Efficiency
Fluctuations at maximum power.
(October 27, 2015) In
a recent study published in Nature Physics, ICFO researchers Ignacio Martínez,
Édgar Roldán, the late Dmitri Petrov and Raúl Rica, in collaboration with the
Universidad Complutense de Madrid, have reported on the development of a
microscopic motor operating between two thermal baths, that is, a micro Carnot
engine.
At the macroscopic level, a thermal engine is what makes car
engines work, where a substance such as gas is compressed and expanded at
different temperatures, converting thermal energy into mechanical energy, and
thus, making the car move. Almost two centuries ago, the theoretical studies by
Carnot set an upper bound to any thermal engine. Unfortunately, the so-called
Carnot engine is a theoretical construction never tested experimentally. In
their study, the researchers focused their efforts in creating a “microscopic
engine” with the same properties as the Carnot engine, allowing the
experimental validation of one of the milestones of Thermodynamics.
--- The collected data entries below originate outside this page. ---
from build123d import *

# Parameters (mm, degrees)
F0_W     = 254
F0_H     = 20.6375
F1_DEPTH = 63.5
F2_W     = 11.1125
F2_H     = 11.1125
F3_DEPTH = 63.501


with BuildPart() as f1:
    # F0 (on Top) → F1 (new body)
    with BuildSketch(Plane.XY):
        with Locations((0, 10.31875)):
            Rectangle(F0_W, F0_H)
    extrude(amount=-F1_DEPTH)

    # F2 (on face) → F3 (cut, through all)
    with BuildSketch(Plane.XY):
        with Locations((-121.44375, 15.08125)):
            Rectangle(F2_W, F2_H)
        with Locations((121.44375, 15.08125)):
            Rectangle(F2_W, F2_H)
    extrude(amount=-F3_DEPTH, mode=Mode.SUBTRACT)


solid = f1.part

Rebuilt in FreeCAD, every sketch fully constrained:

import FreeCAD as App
import Part
import Sketcher

V = App.Vector
Q = App.Units.Quantity


def add_polygon(sketch, points):
    """Adds a closed chain of lines whose ends are joined by coincident constraints."""
    first, n = sketch.GeometryCount, len(points)
    for a, b in zip(points, points[1:] + points[:1]):
        sketch.addGeometry(Part.LineSegment(App.Vector(*a, 0), App.Vector(*b, 0)), False)
    for i in range(n):
        sketch.addConstraint(Sketcher.Constraint("Coincident", first + i, 2, first + (i + 1) % n, 1))

doc = App.newDocument("Part")
body = doc.addObject("PartDesign::Body", "Body")

sketch1 = body.newObject("Sketcher::SketchObject", "Sketch")
sketch1.AttachmentSupport = (doc.getObject("XY_Plane"), [""])
sketch1.MapMode = "FlatFace"
add_polygon(sketch1, [(-127, 21), (-127, 0), (127, 0), (127, 21)])
sketch1.addConstraint([
    Sketcher.Constraint("Vertical", 0),
    Sketcher.Constraint("Horizontal", 1),
    Sketcher.Constraint("Vertical", 2),
    Sketcher.Constraint("Horizontal", 3),
    Sketcher.Constraint("Symmetric", 0, 2, 1, 2, -1, 1),
    Sketcher.Constraint("DistanceX", 1, 1, 1, 2, Q("10 in")),
    Sketcher.Constraint("DistanceY", 0, 2, 0, 1, Q("0.8125 in")),
])
pad1 = body.newObject("PartDesign::Pad", "Pad")
pad1.Profile = sketch1
pad1.Length = Q("2.5 in")
pad1.Reversed = True

sketch2 = body.newObject("Sketcher::SketchObject", "Sketch001")
sketch2.AttachmentSupport = (doc.getObject("XY_Plane"), [""])
sketch2.MapMode = "FlatFace"
add_polygon(sketch2, [(-127, 21), (-127, 10), (-116, 10), (-116, 21)])
add_polygon(sketch2, [(116, 21), (116, 10), (127, 10), (127, 21)])
sketch2.addConstraint([
    Sketcher.Constraint("Vertical", 0),
    Sketcher.Constraint("Horizontal", 1),
    Sketcher.Constraint("Vertical", 2),
    Sketcher.Constraint("Horizontal", 3),
    Sketcher.Constraint("Vertical", 4),
    Sketcher.Constraint("Horizontal", 5),
    Sketcher.Constraint("Vertical", 6),
    Sketcher.Constraint("Horizontal", 7),
    Sketcher.Constraint("Symmetric", 1, 2, 4, 2, -2),
    Sketcher.Constraint("Symmetric", 3, 2, 6, 2, -2),
    Sketcher.Constraint("Equal", 7, 0),
    Sketcher.Constraint("DistanceX", 0, 2, -1, 1, Q("5 in")),
    Sketcher.Constraint("DistanceX", 1, 1, 1, 2, Q("0.4375 in")),
    Sketcher.Constraint("DistanceY", -1, 1, 0, 2, Q("0.375 in")),
])
pocket1 = body.newObject("PartDesign::Pocket", "Pocket")
pocket1.Profile = sketch2
pocket1.Type = "ThroughAll"

doc.recompute()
They created microscopic motors that work using a
temperature difference, exactly as the engines in cars work, using the
temperature difference between the hot gas inside the piston and the air
outside. Instead of using a gas, they used a single particle and lasers and
electrical fields in replacement of the cylinders, pistons and crankshafts,
although the functioning process is essentially the same. They developed the
microscopic heat engine by trapping a microparticle with a laser trap and tune
the effective temperature of the particle via noisy electric fields, which
increase the Brownian fluctuations of the trapped particle. Moreover, by
modifying the laser power they were able to control the confinement of the
particle in the trap, a sort of effective volume analogous to that of the gas
inside the cylinder of a car engine. The simultaneous control over these two parameters
following specific protocols established the cyclic operation that any kind of
engine has, in particular those that define the Carnot cycle.